Codebase list e-mem / master
master

Tree @master (Download .tar.gz)

*** E-MEM PROGRAM README ***

-- DESCRIPTION --

E-MEM is an efficient MEM computation program for large genomes which can be used as a stand alone application or a drop in replacement for MUMmer3. The detailed comparison of E-MEM with other leading programs can be found in E-MEM paper (Nilesh Khiste and Lucian Ilie).

   USAGE:
    e-mem  [options]  <reference>  <query> ...

    [options]    type 'e-mem -h' for a list of options.
    <reference>  reference file with one or more FastA sequences
    <query>      query file with one or more FastA sequences

   OUTPUT:
                 stdout  a list of exact matches

-- INSTALLATION --

After extracting the files into the desired installation directory,
change to the "e-mem" directory.  Once in this directory, type: "make"

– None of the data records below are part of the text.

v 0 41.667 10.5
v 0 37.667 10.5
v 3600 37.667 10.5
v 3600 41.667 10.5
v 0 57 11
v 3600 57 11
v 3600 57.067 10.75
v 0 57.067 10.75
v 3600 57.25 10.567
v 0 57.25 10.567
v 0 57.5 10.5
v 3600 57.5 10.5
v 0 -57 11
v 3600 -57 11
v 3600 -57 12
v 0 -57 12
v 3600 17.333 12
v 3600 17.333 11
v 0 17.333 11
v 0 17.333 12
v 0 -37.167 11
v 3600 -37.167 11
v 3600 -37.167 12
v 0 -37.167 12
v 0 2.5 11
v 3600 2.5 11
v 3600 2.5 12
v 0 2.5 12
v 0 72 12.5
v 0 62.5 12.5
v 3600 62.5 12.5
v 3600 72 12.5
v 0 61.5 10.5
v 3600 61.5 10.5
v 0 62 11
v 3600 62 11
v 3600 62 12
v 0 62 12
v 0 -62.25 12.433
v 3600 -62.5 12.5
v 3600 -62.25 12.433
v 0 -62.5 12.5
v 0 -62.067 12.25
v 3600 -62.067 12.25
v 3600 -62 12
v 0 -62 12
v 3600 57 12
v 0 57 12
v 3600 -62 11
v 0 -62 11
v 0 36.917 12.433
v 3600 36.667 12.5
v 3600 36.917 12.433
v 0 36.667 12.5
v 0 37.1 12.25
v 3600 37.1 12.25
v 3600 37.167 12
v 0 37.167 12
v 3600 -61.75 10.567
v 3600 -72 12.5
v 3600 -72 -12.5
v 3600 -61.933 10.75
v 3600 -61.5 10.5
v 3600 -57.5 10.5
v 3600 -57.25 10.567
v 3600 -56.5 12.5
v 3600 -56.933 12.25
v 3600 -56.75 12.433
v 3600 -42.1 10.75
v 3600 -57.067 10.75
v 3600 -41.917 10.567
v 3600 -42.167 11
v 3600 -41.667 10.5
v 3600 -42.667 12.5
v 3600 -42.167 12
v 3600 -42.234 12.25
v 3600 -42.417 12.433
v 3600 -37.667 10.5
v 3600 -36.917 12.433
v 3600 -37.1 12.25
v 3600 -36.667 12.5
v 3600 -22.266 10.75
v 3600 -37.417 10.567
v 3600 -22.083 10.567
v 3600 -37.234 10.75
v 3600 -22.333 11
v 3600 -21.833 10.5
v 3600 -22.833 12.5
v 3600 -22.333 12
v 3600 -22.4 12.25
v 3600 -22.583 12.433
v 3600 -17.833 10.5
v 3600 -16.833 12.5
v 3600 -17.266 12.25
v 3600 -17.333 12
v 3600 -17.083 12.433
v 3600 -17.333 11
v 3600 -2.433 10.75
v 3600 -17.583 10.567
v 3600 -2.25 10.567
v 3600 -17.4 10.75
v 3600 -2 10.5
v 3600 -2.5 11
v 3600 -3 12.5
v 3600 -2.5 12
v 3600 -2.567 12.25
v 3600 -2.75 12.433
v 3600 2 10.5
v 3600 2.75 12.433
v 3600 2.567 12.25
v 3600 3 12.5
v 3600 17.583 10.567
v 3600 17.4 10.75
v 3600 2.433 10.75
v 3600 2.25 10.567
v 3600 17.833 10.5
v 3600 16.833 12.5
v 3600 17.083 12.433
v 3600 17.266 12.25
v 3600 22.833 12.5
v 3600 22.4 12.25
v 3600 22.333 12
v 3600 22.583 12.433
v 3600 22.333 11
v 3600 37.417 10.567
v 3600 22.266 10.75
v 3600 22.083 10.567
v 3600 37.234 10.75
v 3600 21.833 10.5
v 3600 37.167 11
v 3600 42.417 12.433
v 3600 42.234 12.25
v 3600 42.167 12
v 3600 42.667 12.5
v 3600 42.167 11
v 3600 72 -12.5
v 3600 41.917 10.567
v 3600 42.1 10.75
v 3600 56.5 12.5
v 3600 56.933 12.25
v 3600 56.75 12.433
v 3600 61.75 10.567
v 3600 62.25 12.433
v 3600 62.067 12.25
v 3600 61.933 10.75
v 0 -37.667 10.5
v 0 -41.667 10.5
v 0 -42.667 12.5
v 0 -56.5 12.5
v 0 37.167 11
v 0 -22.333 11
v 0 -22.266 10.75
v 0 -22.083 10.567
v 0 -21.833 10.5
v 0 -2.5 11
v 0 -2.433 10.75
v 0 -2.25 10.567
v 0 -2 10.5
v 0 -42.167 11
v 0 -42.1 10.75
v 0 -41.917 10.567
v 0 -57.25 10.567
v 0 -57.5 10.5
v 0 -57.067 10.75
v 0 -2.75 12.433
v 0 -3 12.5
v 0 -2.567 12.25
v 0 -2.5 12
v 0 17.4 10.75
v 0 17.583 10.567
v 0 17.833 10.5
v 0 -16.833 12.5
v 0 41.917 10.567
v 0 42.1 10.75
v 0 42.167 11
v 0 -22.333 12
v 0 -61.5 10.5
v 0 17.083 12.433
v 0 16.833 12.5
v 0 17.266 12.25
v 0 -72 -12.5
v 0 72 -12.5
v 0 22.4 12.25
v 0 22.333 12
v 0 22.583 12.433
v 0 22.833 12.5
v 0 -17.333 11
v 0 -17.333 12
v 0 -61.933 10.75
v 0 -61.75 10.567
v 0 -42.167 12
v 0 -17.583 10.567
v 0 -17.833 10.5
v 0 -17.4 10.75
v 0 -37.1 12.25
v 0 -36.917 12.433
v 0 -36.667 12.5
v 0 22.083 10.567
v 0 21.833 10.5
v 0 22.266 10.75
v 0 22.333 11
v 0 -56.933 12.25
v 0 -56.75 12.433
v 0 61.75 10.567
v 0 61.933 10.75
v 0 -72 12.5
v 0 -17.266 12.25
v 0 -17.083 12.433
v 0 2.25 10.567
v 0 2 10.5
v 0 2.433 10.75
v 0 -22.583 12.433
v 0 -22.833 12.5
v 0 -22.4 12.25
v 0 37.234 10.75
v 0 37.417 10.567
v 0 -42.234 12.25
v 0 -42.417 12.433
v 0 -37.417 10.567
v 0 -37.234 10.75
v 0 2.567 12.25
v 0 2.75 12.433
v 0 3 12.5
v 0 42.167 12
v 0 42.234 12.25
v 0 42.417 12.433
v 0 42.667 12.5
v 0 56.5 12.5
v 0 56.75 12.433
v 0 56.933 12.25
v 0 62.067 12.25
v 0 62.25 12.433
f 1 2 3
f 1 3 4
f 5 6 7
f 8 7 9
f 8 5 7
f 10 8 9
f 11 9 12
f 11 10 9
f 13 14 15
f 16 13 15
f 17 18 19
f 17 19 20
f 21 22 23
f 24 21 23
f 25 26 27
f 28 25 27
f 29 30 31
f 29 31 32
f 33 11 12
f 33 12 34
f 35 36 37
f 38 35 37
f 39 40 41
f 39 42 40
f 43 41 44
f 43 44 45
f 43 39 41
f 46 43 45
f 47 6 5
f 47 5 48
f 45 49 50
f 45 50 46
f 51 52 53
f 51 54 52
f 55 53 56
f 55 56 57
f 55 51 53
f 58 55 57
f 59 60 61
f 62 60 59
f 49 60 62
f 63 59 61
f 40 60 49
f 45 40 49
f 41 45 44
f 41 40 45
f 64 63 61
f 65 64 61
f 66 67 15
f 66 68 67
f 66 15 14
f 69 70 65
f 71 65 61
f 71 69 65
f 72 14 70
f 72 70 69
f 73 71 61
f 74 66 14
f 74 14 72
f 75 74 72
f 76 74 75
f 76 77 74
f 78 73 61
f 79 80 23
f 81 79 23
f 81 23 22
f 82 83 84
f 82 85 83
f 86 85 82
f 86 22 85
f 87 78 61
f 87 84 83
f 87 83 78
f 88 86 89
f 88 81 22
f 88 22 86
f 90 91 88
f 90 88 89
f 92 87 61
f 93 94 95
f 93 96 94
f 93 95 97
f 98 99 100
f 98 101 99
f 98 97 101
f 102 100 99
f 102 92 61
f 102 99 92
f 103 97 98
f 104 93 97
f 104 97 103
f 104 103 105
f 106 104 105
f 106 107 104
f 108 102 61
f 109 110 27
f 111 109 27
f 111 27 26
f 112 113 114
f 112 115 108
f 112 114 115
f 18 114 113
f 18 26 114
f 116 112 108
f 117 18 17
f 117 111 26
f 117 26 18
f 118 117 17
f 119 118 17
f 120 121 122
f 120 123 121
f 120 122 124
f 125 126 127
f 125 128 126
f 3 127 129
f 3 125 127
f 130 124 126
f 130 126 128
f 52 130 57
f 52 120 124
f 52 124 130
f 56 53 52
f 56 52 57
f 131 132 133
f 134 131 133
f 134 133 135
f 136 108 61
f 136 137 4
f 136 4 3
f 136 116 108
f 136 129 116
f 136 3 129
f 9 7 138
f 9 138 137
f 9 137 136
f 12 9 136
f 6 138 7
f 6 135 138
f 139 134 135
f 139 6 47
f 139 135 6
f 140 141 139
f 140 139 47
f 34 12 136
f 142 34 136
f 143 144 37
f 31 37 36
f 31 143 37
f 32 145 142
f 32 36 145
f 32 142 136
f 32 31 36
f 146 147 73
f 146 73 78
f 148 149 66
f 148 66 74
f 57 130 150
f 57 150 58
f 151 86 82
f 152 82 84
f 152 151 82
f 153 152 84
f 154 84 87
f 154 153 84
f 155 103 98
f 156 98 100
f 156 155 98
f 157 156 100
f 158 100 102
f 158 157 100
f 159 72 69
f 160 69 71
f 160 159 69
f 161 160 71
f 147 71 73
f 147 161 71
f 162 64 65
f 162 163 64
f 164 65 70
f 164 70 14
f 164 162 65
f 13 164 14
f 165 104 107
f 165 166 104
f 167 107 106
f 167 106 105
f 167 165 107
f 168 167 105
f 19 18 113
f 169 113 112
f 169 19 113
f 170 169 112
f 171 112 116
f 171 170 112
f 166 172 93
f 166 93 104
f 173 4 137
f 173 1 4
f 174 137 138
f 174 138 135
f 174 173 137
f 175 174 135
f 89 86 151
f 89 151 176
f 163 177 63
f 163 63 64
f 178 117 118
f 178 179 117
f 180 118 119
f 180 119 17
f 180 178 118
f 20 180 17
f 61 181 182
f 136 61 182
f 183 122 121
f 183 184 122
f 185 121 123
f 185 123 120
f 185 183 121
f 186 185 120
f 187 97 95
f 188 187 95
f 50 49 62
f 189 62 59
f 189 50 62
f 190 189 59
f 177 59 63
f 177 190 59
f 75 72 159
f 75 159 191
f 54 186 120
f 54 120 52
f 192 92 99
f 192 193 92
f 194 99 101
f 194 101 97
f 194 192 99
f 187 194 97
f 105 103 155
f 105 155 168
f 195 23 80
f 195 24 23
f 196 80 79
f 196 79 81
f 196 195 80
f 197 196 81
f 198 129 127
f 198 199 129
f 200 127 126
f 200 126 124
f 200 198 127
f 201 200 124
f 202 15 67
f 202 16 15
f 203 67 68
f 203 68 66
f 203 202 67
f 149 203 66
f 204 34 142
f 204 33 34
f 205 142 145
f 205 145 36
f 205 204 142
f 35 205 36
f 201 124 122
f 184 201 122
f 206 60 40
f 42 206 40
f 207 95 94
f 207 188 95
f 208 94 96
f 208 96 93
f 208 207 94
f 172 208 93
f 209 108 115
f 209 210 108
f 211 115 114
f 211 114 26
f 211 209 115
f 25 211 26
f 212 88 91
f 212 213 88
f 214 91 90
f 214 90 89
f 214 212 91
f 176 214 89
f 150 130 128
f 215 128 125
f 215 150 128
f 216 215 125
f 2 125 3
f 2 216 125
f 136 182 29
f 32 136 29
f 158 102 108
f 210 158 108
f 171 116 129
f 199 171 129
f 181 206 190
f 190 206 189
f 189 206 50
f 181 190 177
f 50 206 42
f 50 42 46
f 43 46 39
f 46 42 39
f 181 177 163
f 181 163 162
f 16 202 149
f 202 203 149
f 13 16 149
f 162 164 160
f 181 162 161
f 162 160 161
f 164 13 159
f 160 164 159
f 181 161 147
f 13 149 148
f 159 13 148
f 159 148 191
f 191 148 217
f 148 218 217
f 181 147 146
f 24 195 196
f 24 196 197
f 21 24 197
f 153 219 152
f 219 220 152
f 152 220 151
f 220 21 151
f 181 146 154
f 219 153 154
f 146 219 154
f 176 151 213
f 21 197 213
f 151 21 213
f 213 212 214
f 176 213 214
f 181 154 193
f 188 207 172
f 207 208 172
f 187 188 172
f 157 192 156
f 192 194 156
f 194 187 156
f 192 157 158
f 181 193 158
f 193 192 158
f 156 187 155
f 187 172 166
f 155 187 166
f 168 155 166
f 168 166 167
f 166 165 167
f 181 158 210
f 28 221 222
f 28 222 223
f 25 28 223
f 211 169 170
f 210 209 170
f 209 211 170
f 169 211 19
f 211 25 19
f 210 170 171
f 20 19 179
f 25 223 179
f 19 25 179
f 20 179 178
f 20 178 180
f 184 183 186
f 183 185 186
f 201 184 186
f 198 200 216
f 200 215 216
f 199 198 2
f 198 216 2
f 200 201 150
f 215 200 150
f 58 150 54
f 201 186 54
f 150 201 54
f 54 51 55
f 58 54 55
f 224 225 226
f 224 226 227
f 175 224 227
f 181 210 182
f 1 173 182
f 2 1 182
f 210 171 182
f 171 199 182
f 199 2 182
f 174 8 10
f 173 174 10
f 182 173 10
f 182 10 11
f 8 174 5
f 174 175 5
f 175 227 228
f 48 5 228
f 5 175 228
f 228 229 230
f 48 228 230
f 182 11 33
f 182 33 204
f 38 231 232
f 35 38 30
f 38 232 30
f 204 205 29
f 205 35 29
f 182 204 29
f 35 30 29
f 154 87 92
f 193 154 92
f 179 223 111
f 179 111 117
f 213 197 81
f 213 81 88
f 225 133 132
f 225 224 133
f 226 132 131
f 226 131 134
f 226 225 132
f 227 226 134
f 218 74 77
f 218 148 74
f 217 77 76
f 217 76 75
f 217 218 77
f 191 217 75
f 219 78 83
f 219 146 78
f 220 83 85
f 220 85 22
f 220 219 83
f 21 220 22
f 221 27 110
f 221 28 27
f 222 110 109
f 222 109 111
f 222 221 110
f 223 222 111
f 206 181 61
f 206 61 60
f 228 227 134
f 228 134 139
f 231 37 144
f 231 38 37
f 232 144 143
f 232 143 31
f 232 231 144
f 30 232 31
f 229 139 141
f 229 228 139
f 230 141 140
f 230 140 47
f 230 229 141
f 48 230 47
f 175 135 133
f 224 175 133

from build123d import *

# Parameters (mm, degrees)
F0_W     = 144
F0_H     = 25
F1_DEPTH = 3600
F2_W     = 5
F2_H     = 2
F3_DEPTH = 3600.001
F4_R     = 0.5


with BuildPart() as f1:
    # F0 (on Right) → F1 (new body)
    with BuildSketch(Plane.YZ):
        Rectangle(F0_W, F0_H)
    extrude(amount=F1_DEPTH)

    # F2 (on face) → F3 (cut, through all)
    with BuildSketch(Plane.YZ.offset(3600)):
        with Locations((-59.5, 11.5)):
            Rectangle(F2_W, F2_H)
        with Locations((-39.6666666667, 11.5)):
            Rectangle(F2_W, F2_H)
        with Locations((-19.8333333333, 11.5)):
            Rectangle(F2_W, F2_H)
        with Locations((0, 11.5)):
            Rectangle(F2_W, F2_H)
        with Locations((19.8333333333, 11.5)):
            Rectangle(F2_W, F2_H)
        with Locations((39.6666666667, 11.5)):
            Rectangle(F2_W, F2_H)
        with Locations((59.5, 11.5)):
            Rectangle(F2_W, F2_H)
    extrude(amount=-F3_DEPTH, mode=Mode.SUBTRACT)

    # F4
    f4_edges = [f1.edges().sort_by_distance(p)[0] for p in [
        (1800, -62, 12.5),
        (1800, -62, 10.5),
        (1800, -57, 12.5),
        (1800, -57, 10.5),
        (1800, -37.166667, 12.5),
        (1800, -37.166667, 10.5),
        (1800, -17.333333, 12.5),
        (1800, -17.333333, 10.5),
        (1800, 2.5, 12.5),
        (1800, 2.5, 10.5),
        (1800, 22.333333, 12.5),
        (1800, 22.333333, 10.5),
        (1800, 42.166667, 12.5),
        (1800, 42.166667, 10.5),
        (1800, 62, 12.5),
        (1800, 62, 10.5),
        (1800, 57, 12.5),
        (1800, 57, 10.5),
        (1800, 37.166667, 12.5),
        (1800, 37.166667, 10.5),
        (1800, 17.333333, 12.5),
        (1800, 17.333333, 10.5),
        (1800, -2.5, 12.5),
        (1800, -2.5, 10.5),
        (1800, -22.333333, 12.5),
        (1800, -22.333333, 10.5),
        (1800, -42.166667, 12.5),
        (1800, -42.166667, 10.5),
    ]]
    fillet(f4_edges, radius=F4_R)


solid = f1.part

This command will build the e-mem binary. If you see any error messages, please
contact authors.

For sanity test, please execute shell-script run_example. On success, the script
will print "Test passed" as output.


-- RUNNING E-MEM STANDALONE --

The E-MEM program can be used with fastA files with one or more sequences. The program can be run in both serial and parallel mode. The parallel mode has an advantage in terms of time with respect to serial mode.

The valid set of options for e-mem program are:
Options:
-n	match only the characters a, c, g, or t
  	they can be in upper or in lower case
-l	set the minimum length of a match. The default length
  	is 50
-b	compute forward and reverse complement matches
-r	only compute reverse complement matches
-c	report the query-position of a reverse complement match
  	relative to the original query sequence
-F	force 4 column output format regardless of the number of
  	reference sequence input
-L	show the length of the query sequences on the header line
-d	set the split size. The default value is 1
-t	number of threads. The default is 1 thread
-h	show possible options


Apart from the options used in Mummer, we provide two more options. The option -d is used for splitting the sequences into two or more parts.  By default this value is set to 1, which means no splitting. This option with value >1 will reduce the overall memory requirement of the program with some compromise on performance.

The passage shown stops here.